Немаловажную роль в сохранении языка играют премии и конкурсы, направленные на поддержку местных авторов, во время которых происходит активизация литературного процесса. Геннадий Башкуев, однако, не согласен с положительными оценками конкурсов для развития российской и мировой литературы: «Дух коммерции, который присутствует в отечественных премиях, и дух политики, который присутствует в международных премиях, дестабилизируют процесс». Критически относится он и к изданию книг авторами за собственные деньги, а также к исключительно сетевым публикациям, приводящим к «девальвации профессии». По его мнению, «каждый писатель считается писателем все-таки по “бумажному” варианту», хотя сетевая публикация может сопутствовать изданию в «хорошем» журнале[27]. Алексей Гатапов менее категоричен, считая тип медиа делом вкуса, однако так же предпочитает публиковать свои произведения в традиционном «бумажном» виде. Хотя он согласен с Башкуевым в том, что большие премии носят ангажированный характер и развращают литературную среду, а также подчеркивает важность конкурсов для молодых авторов[28].
В отличие от писателей, начавших карьеру в Советском Союзе, издатель Дмитрий Галсан, относящийся уже к постсоветскому периоду, полагает, что цифровая среда не является лишь приложением к печатной. По его мнению, конкуренция между онлайн и офлайн изданиями вызвана в том числе и разницей между поколениями в способах работы с информацией. Так «толстые» журналы практически не существуют для тех, «кто привык читать с экрана», но существуют для поколения «отцов, бабушек и дедушек». Как частный издатель он полагает, что бумажная книга «уйдет в формат дорогих развлечений», в формат «подарочного издания», но литература не исчезнет.
«Мне кажется, нет какой-либо линейной зависимости между количеством писателей и сложившейся инфраструктурой. Она помогает увеличить количество писателей, но до нуля она его свести не может. Просто есть люди, у которых “сила самовыражения” сможет пробить все. Я думаю, что в любой нации и в любом народе такие люди будут всегда. Такова природа человека, от этого невозможно уйти. Вот если язык исчезнет – да, тогда можно говорить о полном отсутствии писателей на таком языке. А вот если исчезнут книги и издательства, то это не значит, что и писатели исчезнут»[29].
Действительно, кризис литературной инфраструктуры советского образца и проблемы книжного рынка не помешали появлению целого ряда популярных Интернет-авторов, среди которых стоит отметить Булата Молонова (Мобу), tri_tabuna и Анну Банаеву. В процессе становления сетевой литературы особую роль сыграли гостевая книга, а затем форум «Сайта бурятского народа», постоянная аудитория которого начала складываться в 2001–2002 годах[30]. Развитие сайта предшествовало распространению в России «Живого журнала» и появлению социальных сетей нового поколения, прежде всего Facebook. По мнению Дмитрия Галсана, ключевую роль для становления Интернет-авторов как писателей сыграла прямая связь с читателями через комментарии. Сам феномен сетевого творчества он оценивает положительно.
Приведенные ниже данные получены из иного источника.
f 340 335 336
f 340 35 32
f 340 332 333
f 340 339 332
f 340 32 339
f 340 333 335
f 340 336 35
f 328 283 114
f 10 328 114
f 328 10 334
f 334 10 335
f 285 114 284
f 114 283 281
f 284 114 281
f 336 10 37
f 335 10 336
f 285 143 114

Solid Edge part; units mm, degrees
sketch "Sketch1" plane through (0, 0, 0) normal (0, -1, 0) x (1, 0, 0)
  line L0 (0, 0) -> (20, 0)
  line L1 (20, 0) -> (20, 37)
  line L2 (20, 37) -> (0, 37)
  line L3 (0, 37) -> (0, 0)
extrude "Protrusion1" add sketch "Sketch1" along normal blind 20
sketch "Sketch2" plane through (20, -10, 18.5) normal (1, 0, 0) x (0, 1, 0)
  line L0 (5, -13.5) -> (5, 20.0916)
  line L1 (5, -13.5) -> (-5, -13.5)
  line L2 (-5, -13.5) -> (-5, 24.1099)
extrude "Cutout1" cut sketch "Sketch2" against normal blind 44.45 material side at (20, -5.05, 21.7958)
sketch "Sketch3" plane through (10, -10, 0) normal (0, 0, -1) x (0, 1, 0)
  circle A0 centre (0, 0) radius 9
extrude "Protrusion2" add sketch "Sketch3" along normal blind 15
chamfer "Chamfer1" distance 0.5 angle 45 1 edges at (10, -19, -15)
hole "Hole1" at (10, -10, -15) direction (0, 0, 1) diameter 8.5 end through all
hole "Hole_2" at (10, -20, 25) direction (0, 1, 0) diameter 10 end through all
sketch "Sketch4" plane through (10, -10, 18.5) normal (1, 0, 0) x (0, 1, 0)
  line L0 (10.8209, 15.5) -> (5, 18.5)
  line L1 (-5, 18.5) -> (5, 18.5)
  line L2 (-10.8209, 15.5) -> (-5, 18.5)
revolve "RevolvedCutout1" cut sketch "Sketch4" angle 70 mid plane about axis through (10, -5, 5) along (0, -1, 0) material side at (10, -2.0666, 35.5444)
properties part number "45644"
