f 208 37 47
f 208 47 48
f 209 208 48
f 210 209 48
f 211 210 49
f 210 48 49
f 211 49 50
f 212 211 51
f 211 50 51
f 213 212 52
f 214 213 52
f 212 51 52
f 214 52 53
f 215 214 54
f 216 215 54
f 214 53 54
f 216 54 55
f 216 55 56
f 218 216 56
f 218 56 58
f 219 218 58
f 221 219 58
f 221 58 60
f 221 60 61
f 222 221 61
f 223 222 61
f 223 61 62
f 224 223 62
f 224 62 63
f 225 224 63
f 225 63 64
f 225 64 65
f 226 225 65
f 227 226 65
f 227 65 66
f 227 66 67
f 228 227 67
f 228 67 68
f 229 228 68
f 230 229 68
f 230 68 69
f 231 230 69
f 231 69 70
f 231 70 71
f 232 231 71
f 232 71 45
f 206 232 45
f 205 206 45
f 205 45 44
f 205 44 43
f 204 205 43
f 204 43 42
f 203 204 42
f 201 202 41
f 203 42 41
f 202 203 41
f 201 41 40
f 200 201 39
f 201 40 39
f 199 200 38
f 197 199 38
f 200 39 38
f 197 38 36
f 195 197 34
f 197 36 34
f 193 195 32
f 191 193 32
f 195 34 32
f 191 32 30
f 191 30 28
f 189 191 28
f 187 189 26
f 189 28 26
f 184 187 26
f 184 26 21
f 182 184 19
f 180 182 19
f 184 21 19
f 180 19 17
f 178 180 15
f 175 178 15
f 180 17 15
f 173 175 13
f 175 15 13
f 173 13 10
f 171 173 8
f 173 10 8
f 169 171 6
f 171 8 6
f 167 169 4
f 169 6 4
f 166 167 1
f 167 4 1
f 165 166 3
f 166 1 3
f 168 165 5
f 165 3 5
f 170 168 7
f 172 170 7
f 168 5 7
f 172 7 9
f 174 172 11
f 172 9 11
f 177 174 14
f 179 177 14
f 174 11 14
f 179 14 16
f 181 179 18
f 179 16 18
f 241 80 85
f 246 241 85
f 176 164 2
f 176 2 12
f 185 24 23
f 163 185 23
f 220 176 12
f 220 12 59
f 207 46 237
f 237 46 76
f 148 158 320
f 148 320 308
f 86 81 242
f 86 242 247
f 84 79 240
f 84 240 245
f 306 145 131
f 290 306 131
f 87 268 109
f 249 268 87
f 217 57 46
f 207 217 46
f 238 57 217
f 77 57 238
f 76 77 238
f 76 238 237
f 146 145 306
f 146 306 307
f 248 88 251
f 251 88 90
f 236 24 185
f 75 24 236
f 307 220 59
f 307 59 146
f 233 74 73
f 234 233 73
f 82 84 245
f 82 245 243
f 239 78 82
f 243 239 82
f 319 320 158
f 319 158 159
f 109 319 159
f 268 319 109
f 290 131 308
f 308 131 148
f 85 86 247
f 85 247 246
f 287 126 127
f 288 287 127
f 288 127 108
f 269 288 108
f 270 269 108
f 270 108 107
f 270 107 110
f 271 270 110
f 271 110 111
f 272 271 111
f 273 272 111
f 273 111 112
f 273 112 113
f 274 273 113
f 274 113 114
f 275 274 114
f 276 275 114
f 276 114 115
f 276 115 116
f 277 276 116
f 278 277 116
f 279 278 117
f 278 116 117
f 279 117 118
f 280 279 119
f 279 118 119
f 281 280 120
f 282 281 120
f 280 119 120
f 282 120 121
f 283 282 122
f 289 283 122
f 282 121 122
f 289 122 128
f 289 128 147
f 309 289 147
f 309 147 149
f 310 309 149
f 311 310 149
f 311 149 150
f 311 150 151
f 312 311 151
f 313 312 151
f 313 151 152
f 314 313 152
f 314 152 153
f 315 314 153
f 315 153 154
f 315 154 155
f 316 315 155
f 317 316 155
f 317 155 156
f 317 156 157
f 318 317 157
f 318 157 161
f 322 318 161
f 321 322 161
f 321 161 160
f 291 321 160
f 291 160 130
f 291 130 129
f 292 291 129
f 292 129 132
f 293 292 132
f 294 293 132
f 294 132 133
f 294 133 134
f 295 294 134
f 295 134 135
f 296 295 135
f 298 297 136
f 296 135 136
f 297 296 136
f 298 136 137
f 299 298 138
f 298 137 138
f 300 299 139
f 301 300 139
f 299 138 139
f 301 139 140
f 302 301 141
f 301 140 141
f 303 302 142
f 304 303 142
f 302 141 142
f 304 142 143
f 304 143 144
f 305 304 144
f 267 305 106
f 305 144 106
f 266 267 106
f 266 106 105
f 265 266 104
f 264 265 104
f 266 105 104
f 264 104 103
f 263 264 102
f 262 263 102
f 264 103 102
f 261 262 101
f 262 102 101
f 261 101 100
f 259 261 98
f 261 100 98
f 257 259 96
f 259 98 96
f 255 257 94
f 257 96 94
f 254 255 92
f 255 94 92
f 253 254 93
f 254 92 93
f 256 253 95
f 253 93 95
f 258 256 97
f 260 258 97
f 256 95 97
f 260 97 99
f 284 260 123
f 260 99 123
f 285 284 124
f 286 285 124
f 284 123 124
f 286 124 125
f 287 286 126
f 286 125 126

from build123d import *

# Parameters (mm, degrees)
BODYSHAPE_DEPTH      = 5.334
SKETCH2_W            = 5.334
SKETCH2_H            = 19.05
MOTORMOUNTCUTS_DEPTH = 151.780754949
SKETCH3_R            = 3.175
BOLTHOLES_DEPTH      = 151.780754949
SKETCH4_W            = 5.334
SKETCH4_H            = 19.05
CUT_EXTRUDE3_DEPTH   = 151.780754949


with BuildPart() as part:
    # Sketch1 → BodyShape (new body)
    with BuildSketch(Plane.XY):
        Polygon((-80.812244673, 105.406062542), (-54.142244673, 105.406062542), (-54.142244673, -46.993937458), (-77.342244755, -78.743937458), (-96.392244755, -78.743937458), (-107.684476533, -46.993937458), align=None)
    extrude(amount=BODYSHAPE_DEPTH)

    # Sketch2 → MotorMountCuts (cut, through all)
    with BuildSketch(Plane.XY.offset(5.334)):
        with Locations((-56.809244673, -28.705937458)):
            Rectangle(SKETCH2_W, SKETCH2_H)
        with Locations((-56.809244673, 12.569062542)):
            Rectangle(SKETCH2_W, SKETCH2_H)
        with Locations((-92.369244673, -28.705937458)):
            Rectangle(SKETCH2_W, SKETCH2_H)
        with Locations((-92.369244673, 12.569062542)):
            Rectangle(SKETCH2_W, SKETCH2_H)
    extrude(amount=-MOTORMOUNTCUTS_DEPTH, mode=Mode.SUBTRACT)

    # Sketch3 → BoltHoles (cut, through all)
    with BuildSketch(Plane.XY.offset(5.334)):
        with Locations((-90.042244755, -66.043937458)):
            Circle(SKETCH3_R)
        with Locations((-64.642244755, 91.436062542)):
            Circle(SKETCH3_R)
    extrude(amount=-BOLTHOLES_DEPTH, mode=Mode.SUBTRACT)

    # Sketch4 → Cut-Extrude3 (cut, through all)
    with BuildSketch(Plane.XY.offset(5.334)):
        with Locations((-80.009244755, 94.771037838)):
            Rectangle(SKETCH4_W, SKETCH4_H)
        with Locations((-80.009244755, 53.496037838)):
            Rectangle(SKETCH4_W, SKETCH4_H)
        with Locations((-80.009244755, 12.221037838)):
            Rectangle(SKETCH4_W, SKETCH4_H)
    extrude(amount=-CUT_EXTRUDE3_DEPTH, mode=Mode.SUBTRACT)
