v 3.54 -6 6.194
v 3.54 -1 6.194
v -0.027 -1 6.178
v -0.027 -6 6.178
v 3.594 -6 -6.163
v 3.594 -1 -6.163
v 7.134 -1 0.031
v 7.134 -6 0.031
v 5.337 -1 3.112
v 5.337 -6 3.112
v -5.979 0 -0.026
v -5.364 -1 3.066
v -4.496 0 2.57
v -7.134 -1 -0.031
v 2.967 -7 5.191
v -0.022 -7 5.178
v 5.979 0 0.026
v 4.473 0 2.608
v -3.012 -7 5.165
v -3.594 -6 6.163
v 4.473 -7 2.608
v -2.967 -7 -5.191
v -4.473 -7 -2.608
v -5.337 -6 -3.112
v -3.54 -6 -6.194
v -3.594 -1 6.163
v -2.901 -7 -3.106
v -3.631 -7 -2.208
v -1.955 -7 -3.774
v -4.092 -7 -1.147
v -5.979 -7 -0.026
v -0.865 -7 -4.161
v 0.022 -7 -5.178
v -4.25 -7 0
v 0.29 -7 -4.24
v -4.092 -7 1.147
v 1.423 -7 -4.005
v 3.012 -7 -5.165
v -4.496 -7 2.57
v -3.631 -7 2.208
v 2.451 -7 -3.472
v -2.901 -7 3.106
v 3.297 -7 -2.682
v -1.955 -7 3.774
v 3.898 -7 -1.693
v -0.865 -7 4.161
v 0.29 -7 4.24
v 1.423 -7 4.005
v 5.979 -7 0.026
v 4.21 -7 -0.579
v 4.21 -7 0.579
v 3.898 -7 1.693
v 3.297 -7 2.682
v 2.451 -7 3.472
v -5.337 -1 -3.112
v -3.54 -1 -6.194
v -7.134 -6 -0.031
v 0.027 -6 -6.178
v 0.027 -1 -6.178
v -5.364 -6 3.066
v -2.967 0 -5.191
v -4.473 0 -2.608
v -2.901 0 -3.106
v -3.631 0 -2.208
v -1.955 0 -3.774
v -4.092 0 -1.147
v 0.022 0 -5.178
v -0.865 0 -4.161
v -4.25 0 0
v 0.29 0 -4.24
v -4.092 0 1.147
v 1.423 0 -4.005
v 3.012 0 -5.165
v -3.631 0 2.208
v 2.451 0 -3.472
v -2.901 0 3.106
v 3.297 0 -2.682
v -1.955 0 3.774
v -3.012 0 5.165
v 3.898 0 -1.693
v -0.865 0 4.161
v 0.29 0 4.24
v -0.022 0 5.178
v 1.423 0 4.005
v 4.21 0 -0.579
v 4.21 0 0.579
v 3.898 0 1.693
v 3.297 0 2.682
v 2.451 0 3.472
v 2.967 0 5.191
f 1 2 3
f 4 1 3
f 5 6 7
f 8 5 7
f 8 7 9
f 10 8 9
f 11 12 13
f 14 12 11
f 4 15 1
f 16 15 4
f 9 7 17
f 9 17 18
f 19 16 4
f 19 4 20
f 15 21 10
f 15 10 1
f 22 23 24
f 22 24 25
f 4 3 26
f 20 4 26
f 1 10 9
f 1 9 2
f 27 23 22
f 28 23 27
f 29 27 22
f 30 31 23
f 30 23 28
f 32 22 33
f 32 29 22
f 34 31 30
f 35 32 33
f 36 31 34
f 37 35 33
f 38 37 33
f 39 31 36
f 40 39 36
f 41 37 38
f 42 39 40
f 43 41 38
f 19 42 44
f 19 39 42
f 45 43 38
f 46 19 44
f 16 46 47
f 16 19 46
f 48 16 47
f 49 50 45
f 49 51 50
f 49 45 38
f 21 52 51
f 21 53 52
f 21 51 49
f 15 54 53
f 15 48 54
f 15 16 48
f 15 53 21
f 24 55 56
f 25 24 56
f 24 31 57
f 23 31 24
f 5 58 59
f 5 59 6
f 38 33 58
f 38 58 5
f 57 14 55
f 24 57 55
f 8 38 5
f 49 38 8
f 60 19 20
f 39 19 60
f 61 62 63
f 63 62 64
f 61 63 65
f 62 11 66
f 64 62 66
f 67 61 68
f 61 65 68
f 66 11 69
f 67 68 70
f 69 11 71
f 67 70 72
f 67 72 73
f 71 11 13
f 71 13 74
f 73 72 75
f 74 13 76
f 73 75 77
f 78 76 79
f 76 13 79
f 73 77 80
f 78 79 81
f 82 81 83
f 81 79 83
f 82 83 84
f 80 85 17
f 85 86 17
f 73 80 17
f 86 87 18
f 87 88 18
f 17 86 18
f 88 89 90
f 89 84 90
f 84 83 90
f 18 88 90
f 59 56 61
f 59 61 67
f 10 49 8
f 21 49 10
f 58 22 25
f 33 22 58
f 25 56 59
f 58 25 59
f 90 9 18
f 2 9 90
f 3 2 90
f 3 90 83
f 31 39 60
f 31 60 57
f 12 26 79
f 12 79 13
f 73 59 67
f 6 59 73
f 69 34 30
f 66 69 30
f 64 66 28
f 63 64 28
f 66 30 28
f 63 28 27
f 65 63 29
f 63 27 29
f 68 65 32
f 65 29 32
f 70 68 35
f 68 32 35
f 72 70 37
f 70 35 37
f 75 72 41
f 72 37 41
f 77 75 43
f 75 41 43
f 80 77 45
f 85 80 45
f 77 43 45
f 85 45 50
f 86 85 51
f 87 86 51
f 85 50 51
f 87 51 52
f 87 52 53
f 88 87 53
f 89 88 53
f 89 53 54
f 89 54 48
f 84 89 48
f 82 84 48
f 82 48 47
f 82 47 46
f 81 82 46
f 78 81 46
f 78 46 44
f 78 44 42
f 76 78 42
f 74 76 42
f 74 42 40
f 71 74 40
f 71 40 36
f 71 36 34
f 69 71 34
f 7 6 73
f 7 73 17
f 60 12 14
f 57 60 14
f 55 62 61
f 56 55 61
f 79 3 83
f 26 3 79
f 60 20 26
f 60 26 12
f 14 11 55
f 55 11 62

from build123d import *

# Parameters (mm, degrees)
F1_DEPTH = 7
F2_SIZE  = 1
F3_SIZE  = 1
F4_D     = 8.5


with BuildPart() as f1:
    # F0 (on Front) → F1 (new body)
    with BuildSketch(Plane.XZ):
        with BuildLine():
            ThreePointArc((5.3637862302, -3.0659549776), (5.9711339811, -1.5861404815), (6.178210311, 0))
            ThreePointArc((6.178210311, 0), (5.9642239682, 1.6119290011), (5.3370880527, 3.1121975781))
            ThreePointArc((5.3370880527, 3.1121975781), (3.0659549821, 5.3637862276), (-0.0266982871, 6.1781526243))
            ThreePointArc((-0.0266982871, 6.1781526243), (-3.1121976822, 5.337087992), (-5.3637862362, 3.065954967))
            ThreePointArc((-5.3637862362, 3.065954967), (-6.1781526243, -0.0266982826), (-5.3370879532, -3.1121977488))
            ThreePointArc((-5.3370879532, -3.1121977488), (-3.0659548546, -5.3637863004), (0.026698383, -6.1781526239))
            ThreePointArc((0.026698383, -6.1781526239), (3.1121977184, -5.3370879709), (5.3637862302, -3.0659549776))
        make_face()
        with BuildLine():
            ThreePointArc((5.3370880527, 3.1121975781), (5.9642239682, 1.6119290011), (6.178210311, 0))
            ThreePointArc((6.178210311, 0), (5.9711339811, -1.5861404815), (5.3637862302, -3.0659549776))
            Line((5.3637862302, -3.0659549776), (7.1339161613, 0.0308285647))
            Line((7.1339161613, 0.0308285647), (5.3370880527, 3.1121975781))
        make_face()
        with BuildLine():
            ThreePointArc((-0.0266982871, 6.1781526243), (3.0659549821, 5.3637862276), (5.3370880527, 3.1121975781))
            Line((5.3370880527, 3.1121975781), (3.5402597604, 6.1935669065))
            Line((3.5402597604, 6.1935669065), (-0.0266982871, 6.1781526243))
        make_face()
        with BuildLine():
            Line((3.5936564009, -6.1627383418), (5.3637862302, -3.0659549776))
            ThreePointArc((5.3637862302, -3.0659549776), (3.1121977184, -5.3370879709), (0.026698383, -6.1781526239))
            Line((0.026698383, -6.1781526239), (3.5936564009, -6.1627383418))
        make_face()
        with BuildLine():
            ThreePointArc((-5.3637862362, 3.065954967), (-3.1121976822, 5.337087992), (-0.0266982871, 6.1781526243))
            Line((-0.0266982871, 6.1781526243), (-3.5936564009, 6.1627383418))
            Line((-3.5936564009, 6.1627383418), (-5.3637862362, 3.065954967))
        make_face()
        with BuildLine():
            Line((-3.5402597604, -6.1935669065), (0.026698383, -6.1781526239))
            ThreePointArc((0.026698383, -6.1781526239), (-3.0659548546, -5.3637863004), (-5.3370879532, -3.1121977488))
            Line((-5.3370879532, -3.1121977488), (-3.5402597604, -6.1935669065))
        make_face()
        with BuildLine():
            ThreePointArc((-5.3370879532, -3.1121977488), (-6.1781526243, -0.0266982826), (-5.3637862362, 3.065954967))
            Line((-5.3637862362, 3.065954967), (-7.1339161613, -0.0308285647))
            Line((-7.1339161613, -0.0308285647), (-5.3370879532, -3.1121977488))
        make_face()
    extrude(amount=F1_DEPTH)

    # F2
    f2_edges = [f1.edges().sort_by_distance(p)[0] for p in [
        (-5.363786, -7, 3.065955),
        (-0.026698, -7, 6.178153),
        (5.337088, -7, 3.112198),
        (5.363786, -7, -3.065955),
        (0.026698, -7, -6.178153),
        (-5.337088, -7, -3.112198),
    ]]
    chamfer(f2_edges, length=F2_SIZE)

    # F3
    f3_edges = [f1.edges().sort_by_distance(p)[0] for p in [
        (5.337088, 0, 3.112198),
        (-0.026698, 0, 6.178153),
        (-5.363786, 0, 3.065955),
        (-5.337088, 0, -3.112198),
        (0.026698, 0, -6.178153),
        (5.363786, 0, -3.065955),
    ]]
    chamfer(f3_edges, length=F3_SIZE)

    # F4 (through all)
    with Locations(Plane(origin=(0, 0, 0), x_dir=(1, 0, 0), z_dir=(0, 1, 0))):
        with Locations((0, 0)):
            Hole(F4_D / 2)


solid = f1.part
«Как только у человека появляется возможность мгновенной связи с целевой аудиторией, он сразу становится востребованным. А для любого писателя эта востребованность, отдача читательской аудитории – это самое важное. Большинство писателей, я думаю, пишут ради этого, для того, чтобы их читали, а в случае проблемы регионализма и глобализма местные культуры получают в руки инструменты для самовыражения, осмысления и рефлексии… Это происходит потому, что этот ресурс подешевел. Раньше этот ресурс был очень дорог. Ресурс заключался в типографии, бумаге, ну и в конечной стоимости. А сегодня Интернет – это настолько дешевое и удобное средство передачи информации, что здесь прямая взаимосвязь между технологиями и развитием культур»[31].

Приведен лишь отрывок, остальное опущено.